Because of improved data streaming mechanisms, HTTP/2 prohibits the use of the Transfer-Encoding header. It is very likely that compliant servers will treat requests containing the header as malformed (see section 8.2.2. Connection-Specific Header Fields in HTTP/2 spec).

Compliant servers must follow the HTTP/2 specification and not set the Transfer-Encoding header.

Content-Type: multipart/mixed

The HTTP response for an incrementally delivered response should conform to the specification of multipart content defined by the W3 in rfc1341. The HTTP response must contain the Content-Type response header with a specified boundary, for example Content-Type: multipart/mixed; boundary="-". A simple boundary of - can be used as there is no possiblity of conflict with JSON data. However, any arbitrary boundary may be used.

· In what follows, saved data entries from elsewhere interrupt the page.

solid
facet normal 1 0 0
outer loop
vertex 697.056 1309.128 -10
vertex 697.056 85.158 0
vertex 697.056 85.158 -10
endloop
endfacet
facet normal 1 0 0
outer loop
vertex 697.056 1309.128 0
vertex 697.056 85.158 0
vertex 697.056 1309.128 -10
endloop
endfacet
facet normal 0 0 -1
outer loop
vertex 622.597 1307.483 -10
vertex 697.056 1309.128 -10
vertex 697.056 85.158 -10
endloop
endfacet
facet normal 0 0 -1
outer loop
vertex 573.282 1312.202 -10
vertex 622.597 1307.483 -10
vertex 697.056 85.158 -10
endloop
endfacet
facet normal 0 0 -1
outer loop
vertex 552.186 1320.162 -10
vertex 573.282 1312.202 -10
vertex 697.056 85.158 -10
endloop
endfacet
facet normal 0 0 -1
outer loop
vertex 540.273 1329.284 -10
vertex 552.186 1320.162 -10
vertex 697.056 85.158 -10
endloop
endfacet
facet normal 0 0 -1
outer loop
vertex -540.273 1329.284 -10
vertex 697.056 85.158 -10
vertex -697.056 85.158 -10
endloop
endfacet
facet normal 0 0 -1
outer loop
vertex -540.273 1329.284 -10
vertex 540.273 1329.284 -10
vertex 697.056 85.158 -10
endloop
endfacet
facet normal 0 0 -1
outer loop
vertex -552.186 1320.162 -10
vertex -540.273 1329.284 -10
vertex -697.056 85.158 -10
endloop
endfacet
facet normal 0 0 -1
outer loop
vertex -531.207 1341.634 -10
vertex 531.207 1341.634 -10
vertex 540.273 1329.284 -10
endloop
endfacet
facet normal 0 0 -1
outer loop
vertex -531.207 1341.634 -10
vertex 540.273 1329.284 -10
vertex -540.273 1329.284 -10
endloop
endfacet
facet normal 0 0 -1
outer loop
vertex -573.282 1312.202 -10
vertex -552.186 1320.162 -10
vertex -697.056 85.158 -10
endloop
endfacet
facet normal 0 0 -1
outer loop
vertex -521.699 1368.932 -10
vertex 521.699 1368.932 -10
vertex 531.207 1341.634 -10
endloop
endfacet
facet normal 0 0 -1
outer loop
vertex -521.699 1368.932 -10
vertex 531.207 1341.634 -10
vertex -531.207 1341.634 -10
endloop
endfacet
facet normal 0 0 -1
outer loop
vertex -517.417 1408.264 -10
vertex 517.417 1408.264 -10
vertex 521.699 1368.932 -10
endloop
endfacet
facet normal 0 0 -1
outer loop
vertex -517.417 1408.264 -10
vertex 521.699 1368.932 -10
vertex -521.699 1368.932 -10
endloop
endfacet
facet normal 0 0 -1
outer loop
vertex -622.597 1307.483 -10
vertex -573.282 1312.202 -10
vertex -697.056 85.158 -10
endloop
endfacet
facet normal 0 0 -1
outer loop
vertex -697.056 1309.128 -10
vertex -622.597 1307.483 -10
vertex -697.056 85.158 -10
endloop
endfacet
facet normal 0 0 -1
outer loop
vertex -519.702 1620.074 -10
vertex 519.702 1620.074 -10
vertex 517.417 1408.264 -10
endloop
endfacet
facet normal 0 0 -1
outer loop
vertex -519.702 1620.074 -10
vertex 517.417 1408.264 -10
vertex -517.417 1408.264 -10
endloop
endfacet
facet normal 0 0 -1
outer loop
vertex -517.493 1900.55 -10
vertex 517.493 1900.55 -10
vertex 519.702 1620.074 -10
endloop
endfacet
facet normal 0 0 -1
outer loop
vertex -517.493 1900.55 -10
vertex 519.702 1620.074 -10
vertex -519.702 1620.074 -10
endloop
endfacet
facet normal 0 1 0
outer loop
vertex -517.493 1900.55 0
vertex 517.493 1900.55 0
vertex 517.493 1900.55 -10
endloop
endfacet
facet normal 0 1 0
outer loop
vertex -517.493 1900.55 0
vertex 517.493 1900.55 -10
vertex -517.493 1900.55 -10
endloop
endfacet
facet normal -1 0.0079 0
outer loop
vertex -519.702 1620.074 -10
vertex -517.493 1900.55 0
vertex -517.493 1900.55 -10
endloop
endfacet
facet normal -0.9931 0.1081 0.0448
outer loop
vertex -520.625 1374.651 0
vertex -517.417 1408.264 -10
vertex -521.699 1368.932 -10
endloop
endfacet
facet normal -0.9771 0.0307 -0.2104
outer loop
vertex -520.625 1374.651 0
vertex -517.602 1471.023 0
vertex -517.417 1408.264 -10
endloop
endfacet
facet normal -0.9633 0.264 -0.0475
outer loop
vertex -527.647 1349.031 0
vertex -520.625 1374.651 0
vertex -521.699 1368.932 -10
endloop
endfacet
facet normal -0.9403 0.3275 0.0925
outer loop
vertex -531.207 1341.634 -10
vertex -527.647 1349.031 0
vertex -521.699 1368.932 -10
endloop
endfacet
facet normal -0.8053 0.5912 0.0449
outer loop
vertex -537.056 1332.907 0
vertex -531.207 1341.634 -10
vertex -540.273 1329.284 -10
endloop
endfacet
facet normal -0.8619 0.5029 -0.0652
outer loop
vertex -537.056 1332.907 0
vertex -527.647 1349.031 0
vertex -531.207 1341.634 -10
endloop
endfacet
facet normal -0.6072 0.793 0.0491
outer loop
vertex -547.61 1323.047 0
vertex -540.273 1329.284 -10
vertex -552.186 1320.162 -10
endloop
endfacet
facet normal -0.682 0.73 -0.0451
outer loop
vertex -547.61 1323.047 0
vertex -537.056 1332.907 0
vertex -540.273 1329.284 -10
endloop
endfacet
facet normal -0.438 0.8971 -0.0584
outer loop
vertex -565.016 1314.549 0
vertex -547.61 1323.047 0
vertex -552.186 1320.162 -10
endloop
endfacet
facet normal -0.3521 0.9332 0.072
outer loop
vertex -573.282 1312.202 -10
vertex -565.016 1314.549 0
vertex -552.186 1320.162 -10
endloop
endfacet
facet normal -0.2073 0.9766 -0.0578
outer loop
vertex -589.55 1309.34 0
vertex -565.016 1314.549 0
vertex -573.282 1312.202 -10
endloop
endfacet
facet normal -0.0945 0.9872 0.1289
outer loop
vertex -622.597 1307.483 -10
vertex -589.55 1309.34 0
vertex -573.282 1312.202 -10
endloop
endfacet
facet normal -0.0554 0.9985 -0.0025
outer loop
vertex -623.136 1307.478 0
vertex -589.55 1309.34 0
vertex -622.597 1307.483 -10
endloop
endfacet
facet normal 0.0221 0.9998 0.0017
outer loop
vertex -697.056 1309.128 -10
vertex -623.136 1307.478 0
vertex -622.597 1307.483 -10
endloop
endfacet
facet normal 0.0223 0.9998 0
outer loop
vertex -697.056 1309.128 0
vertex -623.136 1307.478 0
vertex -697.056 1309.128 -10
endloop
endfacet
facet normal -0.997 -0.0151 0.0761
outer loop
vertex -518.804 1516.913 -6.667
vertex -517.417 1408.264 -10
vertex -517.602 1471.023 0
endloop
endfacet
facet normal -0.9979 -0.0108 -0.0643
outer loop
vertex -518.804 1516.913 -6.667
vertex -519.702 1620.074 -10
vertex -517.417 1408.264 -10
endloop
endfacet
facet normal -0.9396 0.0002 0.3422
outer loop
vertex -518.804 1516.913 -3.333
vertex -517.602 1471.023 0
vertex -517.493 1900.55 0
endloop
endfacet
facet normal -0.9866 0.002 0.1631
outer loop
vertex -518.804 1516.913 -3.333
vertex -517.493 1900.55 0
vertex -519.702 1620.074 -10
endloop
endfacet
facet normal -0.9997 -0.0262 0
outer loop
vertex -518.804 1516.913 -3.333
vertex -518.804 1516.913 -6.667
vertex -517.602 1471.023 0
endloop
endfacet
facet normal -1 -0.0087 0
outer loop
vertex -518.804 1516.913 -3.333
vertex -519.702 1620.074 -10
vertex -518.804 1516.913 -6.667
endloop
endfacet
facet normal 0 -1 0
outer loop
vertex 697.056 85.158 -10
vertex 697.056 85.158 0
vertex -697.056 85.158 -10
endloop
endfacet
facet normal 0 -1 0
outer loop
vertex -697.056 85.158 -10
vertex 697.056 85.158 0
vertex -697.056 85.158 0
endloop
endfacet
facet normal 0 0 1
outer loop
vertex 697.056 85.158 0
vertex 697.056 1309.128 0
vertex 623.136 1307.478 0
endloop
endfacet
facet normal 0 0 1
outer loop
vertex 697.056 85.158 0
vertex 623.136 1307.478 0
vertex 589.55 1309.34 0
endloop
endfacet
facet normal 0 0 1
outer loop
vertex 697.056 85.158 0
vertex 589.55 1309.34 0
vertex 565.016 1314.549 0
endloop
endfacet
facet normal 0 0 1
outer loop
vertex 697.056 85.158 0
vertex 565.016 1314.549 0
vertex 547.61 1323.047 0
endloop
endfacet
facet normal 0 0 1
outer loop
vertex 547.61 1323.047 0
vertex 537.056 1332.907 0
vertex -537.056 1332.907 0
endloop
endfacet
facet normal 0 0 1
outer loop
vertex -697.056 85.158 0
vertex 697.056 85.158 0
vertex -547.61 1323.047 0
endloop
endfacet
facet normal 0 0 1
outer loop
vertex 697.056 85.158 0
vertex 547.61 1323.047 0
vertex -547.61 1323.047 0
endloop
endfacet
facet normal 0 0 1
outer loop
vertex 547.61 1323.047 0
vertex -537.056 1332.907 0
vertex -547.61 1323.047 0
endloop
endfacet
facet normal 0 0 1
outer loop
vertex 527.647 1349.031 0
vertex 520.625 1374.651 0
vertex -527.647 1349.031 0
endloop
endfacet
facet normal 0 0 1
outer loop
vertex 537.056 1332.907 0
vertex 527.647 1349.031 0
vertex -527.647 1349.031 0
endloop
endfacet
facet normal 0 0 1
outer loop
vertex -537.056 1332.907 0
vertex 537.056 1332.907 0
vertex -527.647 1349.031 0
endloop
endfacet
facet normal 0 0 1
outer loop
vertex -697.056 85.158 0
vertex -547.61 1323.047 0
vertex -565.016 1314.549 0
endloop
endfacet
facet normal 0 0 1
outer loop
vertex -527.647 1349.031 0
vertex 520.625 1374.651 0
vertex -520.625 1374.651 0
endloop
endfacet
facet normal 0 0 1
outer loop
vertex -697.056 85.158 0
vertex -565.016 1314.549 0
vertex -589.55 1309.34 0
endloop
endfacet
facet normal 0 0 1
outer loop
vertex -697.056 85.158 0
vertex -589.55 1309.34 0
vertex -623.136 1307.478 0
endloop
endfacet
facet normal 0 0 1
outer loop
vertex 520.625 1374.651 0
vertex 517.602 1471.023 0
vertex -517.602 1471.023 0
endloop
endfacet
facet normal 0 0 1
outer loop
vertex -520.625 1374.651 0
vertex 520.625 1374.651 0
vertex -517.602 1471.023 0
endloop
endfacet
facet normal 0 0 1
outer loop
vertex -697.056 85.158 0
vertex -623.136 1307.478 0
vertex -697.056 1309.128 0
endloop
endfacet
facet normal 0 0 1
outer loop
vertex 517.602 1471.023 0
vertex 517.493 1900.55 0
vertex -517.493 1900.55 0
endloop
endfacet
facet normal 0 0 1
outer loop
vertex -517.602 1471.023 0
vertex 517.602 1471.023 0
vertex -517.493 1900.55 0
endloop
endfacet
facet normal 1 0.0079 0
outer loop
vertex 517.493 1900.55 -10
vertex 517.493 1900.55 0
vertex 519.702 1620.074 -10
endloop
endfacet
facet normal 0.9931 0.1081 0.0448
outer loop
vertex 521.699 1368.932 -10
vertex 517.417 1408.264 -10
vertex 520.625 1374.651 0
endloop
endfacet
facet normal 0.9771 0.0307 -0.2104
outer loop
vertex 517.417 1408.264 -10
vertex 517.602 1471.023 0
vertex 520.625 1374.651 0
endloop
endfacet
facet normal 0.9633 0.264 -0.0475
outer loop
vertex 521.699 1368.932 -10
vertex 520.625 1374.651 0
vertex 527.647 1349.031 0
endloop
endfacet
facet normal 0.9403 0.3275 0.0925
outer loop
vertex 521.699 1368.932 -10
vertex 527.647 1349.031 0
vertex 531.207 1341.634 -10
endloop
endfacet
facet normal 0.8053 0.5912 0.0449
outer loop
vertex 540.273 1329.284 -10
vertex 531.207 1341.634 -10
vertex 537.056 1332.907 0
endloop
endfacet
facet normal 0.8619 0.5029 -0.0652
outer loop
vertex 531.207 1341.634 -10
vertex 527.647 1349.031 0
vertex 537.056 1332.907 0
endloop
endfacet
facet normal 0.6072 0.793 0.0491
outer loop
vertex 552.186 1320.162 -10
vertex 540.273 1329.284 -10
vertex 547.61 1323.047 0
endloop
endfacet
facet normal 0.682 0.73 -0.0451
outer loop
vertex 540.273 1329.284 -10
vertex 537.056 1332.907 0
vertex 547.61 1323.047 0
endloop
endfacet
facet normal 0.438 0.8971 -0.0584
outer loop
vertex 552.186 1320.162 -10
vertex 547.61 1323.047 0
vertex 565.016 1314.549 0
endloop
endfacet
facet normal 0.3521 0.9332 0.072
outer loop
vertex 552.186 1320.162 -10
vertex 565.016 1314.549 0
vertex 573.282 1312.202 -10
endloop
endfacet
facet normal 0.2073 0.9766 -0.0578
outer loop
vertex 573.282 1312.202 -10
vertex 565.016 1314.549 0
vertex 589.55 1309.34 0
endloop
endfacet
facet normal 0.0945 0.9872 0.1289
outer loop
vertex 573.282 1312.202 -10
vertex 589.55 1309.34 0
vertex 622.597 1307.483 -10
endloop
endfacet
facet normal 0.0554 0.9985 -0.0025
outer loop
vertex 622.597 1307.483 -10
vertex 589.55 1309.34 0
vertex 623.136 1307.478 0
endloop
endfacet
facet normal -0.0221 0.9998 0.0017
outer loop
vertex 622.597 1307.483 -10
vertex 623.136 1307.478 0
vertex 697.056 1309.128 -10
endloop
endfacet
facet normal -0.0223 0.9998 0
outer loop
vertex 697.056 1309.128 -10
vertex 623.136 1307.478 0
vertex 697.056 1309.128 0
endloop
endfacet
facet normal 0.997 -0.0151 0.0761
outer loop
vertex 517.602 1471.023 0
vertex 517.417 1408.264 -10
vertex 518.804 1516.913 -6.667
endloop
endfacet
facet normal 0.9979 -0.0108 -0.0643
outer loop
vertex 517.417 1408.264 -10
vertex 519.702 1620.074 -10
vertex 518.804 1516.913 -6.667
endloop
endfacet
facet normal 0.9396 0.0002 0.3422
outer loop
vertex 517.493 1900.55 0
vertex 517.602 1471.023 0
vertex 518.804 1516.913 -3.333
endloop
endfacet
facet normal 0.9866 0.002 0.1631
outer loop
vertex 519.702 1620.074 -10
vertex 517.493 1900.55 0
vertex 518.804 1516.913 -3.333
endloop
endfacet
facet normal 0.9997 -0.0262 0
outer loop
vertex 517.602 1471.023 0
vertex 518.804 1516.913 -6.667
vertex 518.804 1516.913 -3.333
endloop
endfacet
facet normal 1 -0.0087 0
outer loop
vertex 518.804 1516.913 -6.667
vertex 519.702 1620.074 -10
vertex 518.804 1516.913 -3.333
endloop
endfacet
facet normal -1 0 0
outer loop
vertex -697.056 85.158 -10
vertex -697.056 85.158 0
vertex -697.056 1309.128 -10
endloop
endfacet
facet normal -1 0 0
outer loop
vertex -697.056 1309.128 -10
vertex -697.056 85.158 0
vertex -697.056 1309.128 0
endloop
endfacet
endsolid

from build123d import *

# Parameters (mm, degrees)
F0_W     = 697.0556974411
F0_H     = 1815.3920248151
F1_DEPTH = 10
F3_DEPTH = 660


with BuildPart() as f1:
    # F0 (on Top) → F1 (new body)
    with BuildSketch(Plane.XY):
        with Locations((348.5278487206, 992.8541146219)):
            Rectangle(F0_W, F0_H)
    extrude(amount=-F1_DEPTH)

    # F2 (on face) → F3 (cut)
    with BuildSketch(Plane.XY):
        with BuildLine():
            add(Edge.make_bspline(
                [(518.803774091, 2038.8926588478), (514.4141140373, 1900.5501270294), (527.0135085035, 1534.9048792953), (504.258722184, 1284.8443561216), (652.2567457375, 1310.686684836), (731.5574045275, 1309.2447331839)],
                knots=[0, 0, 0, 0, 0.4528842523, 0.7287221415, 1, 1, 1, 1], degree=3))
            Line((731.5574045275, 1309.2447331839), (731.5574045275, 2029.0073490817))
            Line((731.5574045275, 2029.0073490817), (518.803774091, 2038.8926588478))
        make_face()
    extrude(amount=-F3_DEPTH, mode=Mode.SUBTRACT)

    # F4: F1 across plane


with BuildPart() as f1_1:
    add(f1.part)
    add(f1.part.mirror(Plane.YZ))


solid = f1_1.part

An example response body will look like:


---
Content-Type: application/json; charset=utf-8

{"data":{"hello":"Hello Rob"},"hasNext":true}
---
Content-Type: application/json; charset=utf-8

{"data":{"test":"Hello World"},"path":[],"hasNext":false}
-----
  • The boundary used is - and is passed to the client in the http response's Content-Type header. Note that headers can appear in both the HTTP response itself and as part of the response body. The Content-Type header must be sent in the HTTP response.
  • Before each part of the multi-part response, a boundary (CRLF, ---, CRLF) is sent.
  • Each part of the multipart response must contain a Content-Type header. Similar to the GraphQL specification this specification does not require a specific serialization format. For consistency and ease of notation, examples of the response are given in JSON throughout the spec.
  • After all headers for each part, an additional CRLF is sent, followed by the payload for the part.
  • After the final payload, the terminating boundary of CRLF followed by ----- followed by CRLF is sent.

Server Implementations

Client Implementations

  • fetch-multipart-graphql - Browser support using fetch or XMLHttpRequest
  • meros - A fast utility for reading streamed multipart/mixed responses on the client.